Overview
Register reuse refers to a bias in instruction-sequence generation that encourages generated instructions to reuse registers or operands rather than spreading operands uniformly across the full register set. In QCVEngine, this is implemented through tailored instruction-field generators that promote register reuse. [QCVEngine register-reuse generators]
Use in QCVEngine
QCVEngine is a TestRIG verification engine built on Haskell QuickCheck. It generates instruction sequences, sends them through Direct Instruction Injection sockets, collects RVFI traces, compares the traces, and uses QuickCheck shrinking when failures are found. Within this generation flow, QCVEngine provides generators for instruction fields specifically to promote register reuse. [QCVEngine QuickCheck workflow] [QCVEngine register-reuse generators]
Operand reuse versus coverage
The evidence describes a concrete trade-off in floating-point register generation: QCVEngine chooses from a subset of floating-point registers to increase the probability of operand reuse. This improves the chance that generated tests exercise interactions requiring repeated or related operands, but it reduces overall floating-point register coverage. [Floating-point operand-reuse trade-off]

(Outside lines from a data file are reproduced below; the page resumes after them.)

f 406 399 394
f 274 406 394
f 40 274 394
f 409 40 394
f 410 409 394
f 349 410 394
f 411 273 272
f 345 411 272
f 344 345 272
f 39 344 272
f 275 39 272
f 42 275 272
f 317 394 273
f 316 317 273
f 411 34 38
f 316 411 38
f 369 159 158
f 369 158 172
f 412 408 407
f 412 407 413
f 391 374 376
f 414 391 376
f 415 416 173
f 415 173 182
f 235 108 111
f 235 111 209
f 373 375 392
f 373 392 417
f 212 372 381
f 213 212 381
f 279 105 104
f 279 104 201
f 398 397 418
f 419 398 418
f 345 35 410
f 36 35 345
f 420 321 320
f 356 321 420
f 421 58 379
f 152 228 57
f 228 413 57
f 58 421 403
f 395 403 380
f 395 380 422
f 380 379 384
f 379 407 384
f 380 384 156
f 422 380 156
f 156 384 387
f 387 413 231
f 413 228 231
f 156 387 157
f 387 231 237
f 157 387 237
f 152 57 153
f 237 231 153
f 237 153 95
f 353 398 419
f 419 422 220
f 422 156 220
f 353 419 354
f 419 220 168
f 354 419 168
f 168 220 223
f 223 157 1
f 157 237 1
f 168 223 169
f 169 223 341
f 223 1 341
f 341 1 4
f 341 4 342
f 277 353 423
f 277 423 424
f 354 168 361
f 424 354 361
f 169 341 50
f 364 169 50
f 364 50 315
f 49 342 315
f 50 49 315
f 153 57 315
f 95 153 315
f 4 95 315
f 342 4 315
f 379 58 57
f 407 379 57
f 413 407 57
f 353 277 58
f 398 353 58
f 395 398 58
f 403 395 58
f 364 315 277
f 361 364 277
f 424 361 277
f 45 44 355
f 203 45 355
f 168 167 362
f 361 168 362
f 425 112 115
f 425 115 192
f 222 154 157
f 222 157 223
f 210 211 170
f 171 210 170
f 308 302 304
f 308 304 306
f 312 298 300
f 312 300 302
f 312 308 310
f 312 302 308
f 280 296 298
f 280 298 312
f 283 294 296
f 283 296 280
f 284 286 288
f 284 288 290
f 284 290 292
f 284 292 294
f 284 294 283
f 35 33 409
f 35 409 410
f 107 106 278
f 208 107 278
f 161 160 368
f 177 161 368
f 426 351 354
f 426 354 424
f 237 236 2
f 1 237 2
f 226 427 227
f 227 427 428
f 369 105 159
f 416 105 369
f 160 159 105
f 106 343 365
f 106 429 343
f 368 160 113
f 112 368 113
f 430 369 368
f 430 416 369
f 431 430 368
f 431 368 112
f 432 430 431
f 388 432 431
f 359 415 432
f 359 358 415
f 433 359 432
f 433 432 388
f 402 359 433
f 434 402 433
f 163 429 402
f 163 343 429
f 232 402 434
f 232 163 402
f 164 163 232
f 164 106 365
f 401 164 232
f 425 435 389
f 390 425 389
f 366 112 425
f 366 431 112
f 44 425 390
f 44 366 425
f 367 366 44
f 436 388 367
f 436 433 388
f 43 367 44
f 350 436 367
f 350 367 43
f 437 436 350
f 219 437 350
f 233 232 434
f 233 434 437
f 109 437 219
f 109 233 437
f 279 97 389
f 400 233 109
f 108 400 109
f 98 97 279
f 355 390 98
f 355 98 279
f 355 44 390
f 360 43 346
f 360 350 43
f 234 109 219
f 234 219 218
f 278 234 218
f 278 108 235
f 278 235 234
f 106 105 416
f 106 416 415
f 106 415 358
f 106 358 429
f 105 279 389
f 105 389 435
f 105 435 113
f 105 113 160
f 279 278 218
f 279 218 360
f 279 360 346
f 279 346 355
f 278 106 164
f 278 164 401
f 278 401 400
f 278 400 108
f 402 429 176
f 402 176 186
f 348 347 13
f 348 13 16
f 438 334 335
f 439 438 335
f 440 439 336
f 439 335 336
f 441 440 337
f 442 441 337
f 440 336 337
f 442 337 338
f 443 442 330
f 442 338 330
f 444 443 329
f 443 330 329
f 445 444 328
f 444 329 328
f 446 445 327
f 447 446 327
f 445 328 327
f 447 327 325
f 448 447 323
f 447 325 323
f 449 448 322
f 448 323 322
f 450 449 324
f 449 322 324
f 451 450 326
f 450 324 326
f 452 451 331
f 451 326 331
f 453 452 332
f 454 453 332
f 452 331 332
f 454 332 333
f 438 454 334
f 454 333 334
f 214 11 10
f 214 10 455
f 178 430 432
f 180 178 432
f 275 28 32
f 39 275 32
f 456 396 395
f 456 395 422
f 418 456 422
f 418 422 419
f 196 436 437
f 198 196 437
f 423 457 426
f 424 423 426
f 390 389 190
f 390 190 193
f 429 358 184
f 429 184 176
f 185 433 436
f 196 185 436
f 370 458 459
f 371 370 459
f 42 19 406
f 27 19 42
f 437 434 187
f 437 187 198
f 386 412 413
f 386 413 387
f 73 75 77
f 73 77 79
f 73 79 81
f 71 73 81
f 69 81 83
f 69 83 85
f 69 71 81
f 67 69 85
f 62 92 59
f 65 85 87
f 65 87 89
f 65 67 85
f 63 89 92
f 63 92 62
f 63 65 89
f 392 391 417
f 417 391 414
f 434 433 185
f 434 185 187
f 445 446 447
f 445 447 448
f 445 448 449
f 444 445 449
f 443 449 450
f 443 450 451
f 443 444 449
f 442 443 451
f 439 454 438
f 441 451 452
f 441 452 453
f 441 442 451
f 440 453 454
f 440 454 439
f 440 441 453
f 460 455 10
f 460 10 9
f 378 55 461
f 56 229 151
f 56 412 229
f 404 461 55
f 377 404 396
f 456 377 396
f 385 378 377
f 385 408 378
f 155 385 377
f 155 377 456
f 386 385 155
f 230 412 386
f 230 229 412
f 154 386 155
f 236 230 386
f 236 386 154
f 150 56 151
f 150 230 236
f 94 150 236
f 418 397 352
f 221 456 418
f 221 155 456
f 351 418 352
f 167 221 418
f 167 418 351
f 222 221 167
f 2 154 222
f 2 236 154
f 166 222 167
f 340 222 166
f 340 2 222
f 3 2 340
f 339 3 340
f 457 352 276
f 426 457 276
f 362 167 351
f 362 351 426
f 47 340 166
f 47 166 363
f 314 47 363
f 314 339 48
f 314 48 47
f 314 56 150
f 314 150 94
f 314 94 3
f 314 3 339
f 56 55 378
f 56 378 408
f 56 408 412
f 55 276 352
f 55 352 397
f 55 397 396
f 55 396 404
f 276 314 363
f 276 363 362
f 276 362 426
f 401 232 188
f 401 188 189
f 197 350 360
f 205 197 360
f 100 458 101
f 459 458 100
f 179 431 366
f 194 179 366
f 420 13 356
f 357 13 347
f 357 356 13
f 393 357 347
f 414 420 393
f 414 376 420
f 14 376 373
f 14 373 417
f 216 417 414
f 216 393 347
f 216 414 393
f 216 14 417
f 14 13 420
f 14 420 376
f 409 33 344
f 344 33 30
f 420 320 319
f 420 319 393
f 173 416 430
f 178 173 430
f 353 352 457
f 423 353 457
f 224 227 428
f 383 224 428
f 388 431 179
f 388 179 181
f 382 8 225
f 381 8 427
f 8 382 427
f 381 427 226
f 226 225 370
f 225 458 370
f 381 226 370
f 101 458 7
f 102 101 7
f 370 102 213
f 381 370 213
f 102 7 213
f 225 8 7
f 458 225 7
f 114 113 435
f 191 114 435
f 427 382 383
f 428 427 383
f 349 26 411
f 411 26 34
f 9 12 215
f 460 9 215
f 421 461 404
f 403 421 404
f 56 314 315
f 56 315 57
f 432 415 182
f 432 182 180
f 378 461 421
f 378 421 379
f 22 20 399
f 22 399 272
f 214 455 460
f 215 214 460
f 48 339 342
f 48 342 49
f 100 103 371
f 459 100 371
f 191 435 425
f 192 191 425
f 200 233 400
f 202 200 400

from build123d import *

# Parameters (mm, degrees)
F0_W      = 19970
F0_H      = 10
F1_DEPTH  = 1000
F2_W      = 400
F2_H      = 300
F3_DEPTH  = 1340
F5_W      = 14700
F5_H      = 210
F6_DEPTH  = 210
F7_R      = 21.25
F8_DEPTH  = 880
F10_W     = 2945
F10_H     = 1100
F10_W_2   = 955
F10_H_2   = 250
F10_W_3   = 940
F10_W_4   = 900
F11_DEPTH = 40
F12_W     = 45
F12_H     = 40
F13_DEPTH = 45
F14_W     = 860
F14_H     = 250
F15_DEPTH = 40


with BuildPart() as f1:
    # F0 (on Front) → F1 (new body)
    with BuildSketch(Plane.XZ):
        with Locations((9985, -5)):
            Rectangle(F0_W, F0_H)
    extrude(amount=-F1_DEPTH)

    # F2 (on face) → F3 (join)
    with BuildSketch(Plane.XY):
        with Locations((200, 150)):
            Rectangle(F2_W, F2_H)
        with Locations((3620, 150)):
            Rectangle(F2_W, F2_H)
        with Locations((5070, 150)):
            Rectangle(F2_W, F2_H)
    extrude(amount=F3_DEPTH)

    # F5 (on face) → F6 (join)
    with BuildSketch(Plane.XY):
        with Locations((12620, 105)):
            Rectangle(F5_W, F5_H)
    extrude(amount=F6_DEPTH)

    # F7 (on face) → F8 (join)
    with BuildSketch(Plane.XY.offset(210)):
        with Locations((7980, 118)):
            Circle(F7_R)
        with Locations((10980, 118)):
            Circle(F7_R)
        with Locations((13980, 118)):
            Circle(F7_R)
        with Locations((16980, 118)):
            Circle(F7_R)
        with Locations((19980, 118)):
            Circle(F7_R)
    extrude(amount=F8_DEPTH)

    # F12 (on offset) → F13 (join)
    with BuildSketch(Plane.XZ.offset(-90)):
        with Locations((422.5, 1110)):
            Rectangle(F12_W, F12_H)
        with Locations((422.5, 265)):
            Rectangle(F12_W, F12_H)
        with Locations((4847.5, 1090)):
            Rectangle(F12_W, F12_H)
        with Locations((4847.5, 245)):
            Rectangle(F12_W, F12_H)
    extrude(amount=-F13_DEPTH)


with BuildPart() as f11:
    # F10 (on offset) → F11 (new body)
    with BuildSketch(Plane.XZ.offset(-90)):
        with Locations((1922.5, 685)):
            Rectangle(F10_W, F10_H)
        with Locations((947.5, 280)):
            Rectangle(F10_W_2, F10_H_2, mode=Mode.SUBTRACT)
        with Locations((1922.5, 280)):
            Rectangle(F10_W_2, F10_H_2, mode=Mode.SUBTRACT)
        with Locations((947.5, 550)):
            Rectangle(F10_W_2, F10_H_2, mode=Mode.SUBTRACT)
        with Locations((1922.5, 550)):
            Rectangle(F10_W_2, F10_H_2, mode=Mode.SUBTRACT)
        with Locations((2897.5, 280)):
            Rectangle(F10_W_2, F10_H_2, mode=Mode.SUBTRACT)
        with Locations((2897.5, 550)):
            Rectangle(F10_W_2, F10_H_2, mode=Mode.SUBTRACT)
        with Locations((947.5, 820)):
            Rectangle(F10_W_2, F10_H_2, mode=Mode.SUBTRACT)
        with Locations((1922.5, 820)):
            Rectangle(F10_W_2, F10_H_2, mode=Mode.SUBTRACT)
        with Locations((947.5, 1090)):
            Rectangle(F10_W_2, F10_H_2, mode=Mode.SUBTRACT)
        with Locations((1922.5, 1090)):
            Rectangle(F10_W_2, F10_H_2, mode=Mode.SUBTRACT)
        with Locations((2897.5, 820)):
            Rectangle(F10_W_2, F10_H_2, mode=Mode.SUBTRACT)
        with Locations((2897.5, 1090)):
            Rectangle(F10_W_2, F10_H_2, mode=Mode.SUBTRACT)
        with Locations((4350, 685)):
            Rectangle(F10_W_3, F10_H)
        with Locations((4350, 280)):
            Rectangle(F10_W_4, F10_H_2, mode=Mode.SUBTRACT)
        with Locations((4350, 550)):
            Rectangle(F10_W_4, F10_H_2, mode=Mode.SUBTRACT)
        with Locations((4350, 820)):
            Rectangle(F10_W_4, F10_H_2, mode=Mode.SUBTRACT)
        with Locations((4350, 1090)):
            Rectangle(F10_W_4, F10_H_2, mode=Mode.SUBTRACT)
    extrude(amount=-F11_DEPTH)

The same source states that failures based on register number are rare, motivating the trade-off: QCVEngine prioritizes increasing the probability of finding violations that require multiple permutations over maximizing FD register coverage. [Register-number failure trade-off]
Practical significance
Within the documented QCVEngine testing approach, register reuse is not presented as a hardware optimization; it is a randomized testing strategy. Its role is to shape generated instruction sequences so that operand relationships are more likely to recur, which can make certain classes of violations more likely to appear during randomized testing. [QCVEngine register-reuse generators] [Floating-point operand-reuse trade-off]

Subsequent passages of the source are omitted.